Another segment of neurodiagnostics is magnetoencephalographic (MEG) recording systems that monitor the extremely small magnetic signals emanating from the brain. Compared to EEG-based equipment, MEG systems can produce a more meaningful map of brain activity "in large part because magnetic fields are able to penetrate the human skull and other biological elements that seriously degrade electrical signals," said Cavuoto. He added that MEG systems are capable of distinguishing brain activity from areas of the cerebral cortex within two to three millimeters.

The largest manufacturers of MEG neurodiagnostic equipment are 4-D Neuroimaging (San Diego, California) and VSM MedTech (Vancouver, British Columbia), which manufacture MEG systems used in clinical labs for epilepsy evaluation and presurgical functional mapping. Neurotech Business Report estimates that the worldwide market for neurodiagnostics systems based on magnetic technologies will be approximately $84 million in 2004, growing to approximately $193 million in 2008. Factors contributing to this growth include increasing demand for more precise neurophysiological maps of the human brain, in both research and clinical settings. MEG systems also stand to benefit from an increased amount of government and private funding for neuroscience research. "The category will also grow with the entry of new magnetic recording and stimulation products making use of more compact design and reduced power requirements," Cavuoto said.

Several new technological developments that may impact the neurotechnology industry toward 2010 were discussed. Electrode design represents one of the most significant areas of technological improvement for the neurotechnology industry. As microelectrodes become smaller and their electrical and material properties become more rich, they will offer new capabilities to neural engineers building stimulation and sensing products.

One of the most significant advances to date in electrode design is the nerve cuff electrode, developed at Case Western Reserve University's (Cleveland, Ohio) department of biomedical engineering. The nerve cuff electrode forms an electrical "collar" around a nerve trunk, and "thereby offers several independent locations around the circumference of the cuff where stimulation can be delivered," said Warren Grill, PhD, associate professor of biomedical engineering at Case Western. "These independent locations deliver a much higher degree of specificity than do traditional electrodes with just one stimulation location, enabling engineers in many cases to select the specific nerve fibers to be activated."
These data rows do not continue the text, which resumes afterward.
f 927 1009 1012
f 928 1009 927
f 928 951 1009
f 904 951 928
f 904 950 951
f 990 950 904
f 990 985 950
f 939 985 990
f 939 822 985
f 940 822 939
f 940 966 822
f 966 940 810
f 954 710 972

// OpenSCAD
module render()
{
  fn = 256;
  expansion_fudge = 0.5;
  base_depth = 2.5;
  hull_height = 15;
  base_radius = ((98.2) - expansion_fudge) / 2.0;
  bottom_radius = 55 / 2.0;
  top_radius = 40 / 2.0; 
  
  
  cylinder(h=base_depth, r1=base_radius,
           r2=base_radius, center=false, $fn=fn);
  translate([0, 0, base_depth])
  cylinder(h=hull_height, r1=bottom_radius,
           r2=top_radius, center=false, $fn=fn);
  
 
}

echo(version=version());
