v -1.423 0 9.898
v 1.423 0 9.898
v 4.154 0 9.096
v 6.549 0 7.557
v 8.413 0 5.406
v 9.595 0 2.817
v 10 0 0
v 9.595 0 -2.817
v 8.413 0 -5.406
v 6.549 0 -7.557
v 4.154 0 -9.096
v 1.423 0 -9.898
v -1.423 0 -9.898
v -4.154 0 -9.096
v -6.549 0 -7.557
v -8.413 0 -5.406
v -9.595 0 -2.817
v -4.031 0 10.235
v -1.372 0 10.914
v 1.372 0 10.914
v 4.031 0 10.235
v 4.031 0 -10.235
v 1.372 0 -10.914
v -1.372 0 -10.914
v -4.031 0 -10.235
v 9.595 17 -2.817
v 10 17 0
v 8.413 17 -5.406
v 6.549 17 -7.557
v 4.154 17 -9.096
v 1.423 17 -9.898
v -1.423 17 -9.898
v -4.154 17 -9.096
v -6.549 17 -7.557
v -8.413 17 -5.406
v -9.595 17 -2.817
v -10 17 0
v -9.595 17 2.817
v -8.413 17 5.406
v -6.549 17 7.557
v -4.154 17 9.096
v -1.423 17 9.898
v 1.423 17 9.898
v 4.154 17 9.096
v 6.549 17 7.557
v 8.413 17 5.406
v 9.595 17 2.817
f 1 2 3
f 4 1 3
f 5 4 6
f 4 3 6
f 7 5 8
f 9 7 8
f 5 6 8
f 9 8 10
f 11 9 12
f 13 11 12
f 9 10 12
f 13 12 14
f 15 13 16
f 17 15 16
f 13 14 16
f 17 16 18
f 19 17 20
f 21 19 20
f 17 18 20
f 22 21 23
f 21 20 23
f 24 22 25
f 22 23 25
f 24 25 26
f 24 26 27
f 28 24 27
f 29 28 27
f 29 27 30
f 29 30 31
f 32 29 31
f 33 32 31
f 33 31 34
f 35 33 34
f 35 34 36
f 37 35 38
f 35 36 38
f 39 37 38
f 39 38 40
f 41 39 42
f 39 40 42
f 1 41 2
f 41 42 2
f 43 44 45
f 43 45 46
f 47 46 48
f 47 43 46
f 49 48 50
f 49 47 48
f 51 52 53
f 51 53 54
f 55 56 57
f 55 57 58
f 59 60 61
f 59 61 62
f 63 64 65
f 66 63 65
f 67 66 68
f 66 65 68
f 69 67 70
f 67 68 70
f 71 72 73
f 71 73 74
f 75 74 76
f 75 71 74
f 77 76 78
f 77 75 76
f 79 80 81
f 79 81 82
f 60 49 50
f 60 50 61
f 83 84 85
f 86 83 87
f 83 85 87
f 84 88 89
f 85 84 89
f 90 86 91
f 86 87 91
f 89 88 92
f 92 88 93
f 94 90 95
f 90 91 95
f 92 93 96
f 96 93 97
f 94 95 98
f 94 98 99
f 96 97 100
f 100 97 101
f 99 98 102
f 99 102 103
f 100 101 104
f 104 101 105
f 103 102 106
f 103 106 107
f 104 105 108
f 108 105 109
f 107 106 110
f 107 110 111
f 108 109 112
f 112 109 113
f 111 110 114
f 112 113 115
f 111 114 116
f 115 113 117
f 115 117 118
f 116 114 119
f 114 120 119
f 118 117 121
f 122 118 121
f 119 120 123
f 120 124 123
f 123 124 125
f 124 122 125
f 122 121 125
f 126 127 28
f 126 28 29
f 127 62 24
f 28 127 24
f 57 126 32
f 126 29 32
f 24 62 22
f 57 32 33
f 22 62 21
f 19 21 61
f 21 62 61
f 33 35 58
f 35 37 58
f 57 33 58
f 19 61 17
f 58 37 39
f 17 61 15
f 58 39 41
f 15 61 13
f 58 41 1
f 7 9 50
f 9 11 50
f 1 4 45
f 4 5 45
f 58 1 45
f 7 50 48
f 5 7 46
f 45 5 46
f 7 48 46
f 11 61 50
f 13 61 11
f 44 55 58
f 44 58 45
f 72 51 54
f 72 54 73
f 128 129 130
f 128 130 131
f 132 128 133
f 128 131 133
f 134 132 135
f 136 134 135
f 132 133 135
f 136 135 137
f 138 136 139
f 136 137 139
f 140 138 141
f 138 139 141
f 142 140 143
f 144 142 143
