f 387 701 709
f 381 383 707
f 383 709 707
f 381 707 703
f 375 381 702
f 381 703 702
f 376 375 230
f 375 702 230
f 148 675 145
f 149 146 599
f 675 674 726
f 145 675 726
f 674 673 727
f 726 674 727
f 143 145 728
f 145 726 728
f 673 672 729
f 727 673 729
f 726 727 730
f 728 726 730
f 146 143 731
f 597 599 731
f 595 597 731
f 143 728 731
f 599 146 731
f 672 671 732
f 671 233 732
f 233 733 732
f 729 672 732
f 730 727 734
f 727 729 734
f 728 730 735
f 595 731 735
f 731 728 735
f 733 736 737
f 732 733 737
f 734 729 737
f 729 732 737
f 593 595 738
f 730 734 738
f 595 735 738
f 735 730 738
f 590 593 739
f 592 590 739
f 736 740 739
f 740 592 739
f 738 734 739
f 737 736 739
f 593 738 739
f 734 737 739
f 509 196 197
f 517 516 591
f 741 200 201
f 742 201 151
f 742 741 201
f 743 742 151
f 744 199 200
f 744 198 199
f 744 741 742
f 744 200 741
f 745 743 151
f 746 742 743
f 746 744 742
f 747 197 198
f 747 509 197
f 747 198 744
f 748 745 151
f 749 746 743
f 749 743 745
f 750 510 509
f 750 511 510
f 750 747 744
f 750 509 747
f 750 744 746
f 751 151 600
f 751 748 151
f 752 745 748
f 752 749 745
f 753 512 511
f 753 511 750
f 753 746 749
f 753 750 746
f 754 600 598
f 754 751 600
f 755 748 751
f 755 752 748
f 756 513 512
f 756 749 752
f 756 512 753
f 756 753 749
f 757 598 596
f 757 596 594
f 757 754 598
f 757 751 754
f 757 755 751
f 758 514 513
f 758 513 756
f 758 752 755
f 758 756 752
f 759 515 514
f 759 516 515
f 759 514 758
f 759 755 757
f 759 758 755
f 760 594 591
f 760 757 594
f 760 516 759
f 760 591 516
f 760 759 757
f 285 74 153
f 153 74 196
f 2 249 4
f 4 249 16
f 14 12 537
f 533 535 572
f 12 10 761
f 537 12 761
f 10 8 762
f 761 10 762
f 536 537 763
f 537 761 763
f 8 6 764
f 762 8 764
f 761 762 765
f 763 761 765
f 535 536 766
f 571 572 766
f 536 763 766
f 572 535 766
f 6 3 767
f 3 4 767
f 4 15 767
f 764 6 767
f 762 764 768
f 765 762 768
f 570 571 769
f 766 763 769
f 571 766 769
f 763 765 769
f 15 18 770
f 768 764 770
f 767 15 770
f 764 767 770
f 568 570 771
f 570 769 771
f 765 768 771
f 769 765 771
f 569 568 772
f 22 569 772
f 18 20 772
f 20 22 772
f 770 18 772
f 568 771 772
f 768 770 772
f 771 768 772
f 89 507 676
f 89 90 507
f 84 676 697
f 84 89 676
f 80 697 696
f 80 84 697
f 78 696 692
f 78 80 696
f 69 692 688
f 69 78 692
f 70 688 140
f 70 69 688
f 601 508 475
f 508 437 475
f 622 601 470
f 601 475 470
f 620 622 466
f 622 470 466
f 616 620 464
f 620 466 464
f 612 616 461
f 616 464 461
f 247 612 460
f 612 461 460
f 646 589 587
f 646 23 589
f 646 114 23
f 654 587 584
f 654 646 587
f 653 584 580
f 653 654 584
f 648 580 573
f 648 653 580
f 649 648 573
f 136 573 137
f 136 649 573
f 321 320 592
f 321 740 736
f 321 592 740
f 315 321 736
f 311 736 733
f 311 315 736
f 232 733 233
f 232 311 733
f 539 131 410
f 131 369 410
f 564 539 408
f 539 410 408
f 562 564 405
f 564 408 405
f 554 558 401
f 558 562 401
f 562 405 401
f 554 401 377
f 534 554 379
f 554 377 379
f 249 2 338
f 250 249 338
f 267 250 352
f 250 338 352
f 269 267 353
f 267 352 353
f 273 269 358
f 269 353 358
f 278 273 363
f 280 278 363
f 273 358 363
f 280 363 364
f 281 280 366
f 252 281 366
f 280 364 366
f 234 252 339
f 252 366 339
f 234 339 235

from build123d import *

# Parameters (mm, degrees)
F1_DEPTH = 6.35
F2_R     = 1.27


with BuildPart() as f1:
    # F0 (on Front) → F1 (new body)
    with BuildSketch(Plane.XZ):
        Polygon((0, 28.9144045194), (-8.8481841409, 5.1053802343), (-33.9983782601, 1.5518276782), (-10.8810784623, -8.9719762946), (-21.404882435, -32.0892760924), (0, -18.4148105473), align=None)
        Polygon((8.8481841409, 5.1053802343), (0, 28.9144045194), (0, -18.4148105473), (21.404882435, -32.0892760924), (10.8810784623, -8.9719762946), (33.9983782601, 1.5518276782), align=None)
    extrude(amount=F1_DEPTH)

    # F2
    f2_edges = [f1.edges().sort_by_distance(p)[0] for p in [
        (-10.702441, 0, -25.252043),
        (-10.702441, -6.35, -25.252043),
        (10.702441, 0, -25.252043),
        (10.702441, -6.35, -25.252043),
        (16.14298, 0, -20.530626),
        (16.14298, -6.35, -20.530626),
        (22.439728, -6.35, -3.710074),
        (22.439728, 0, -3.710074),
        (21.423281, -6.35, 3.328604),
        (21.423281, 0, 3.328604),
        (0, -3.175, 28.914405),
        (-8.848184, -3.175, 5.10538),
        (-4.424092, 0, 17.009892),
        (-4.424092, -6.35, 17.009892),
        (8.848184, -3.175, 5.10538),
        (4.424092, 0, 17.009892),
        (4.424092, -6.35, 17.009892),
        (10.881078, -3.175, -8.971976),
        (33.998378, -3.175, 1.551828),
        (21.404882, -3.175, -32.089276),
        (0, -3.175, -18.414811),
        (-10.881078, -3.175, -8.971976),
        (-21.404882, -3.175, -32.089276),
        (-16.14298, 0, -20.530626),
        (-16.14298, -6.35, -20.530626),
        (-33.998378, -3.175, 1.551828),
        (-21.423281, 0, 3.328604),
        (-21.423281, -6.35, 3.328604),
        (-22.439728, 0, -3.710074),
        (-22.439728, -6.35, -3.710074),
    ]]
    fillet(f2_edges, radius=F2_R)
Another area of improvement in electrode design incorporates stimulation and sensing functions into the same electrode, an important consideration for neural prostheses that make use of feedback from the nerve or muscle being stimulated to control stimulation patterns.

In addition, researchers talked about advances in signal processing hardware and software that will lead to new developments in future neurotechnology products. In particular, sensors that analyze electroencephalographic or magnetoencephalographic data in order to diagnose neurological, psychiatric, or behavioral abnormalities will benefit from new software algorithms and signal-processing electronics. "The mechanisms of central nervous system control over human cognitive and motor functions are so poorly understood that efforts to replicate or restore are severely hindered," said Jennifer French, executive director of the Society To Increase Mobility (Tampa, Florida). "Software and hardware signal processors that analyze data from multiple channels simultaneously will help researchers identify patterns that correspond reliably to mental states or conditions."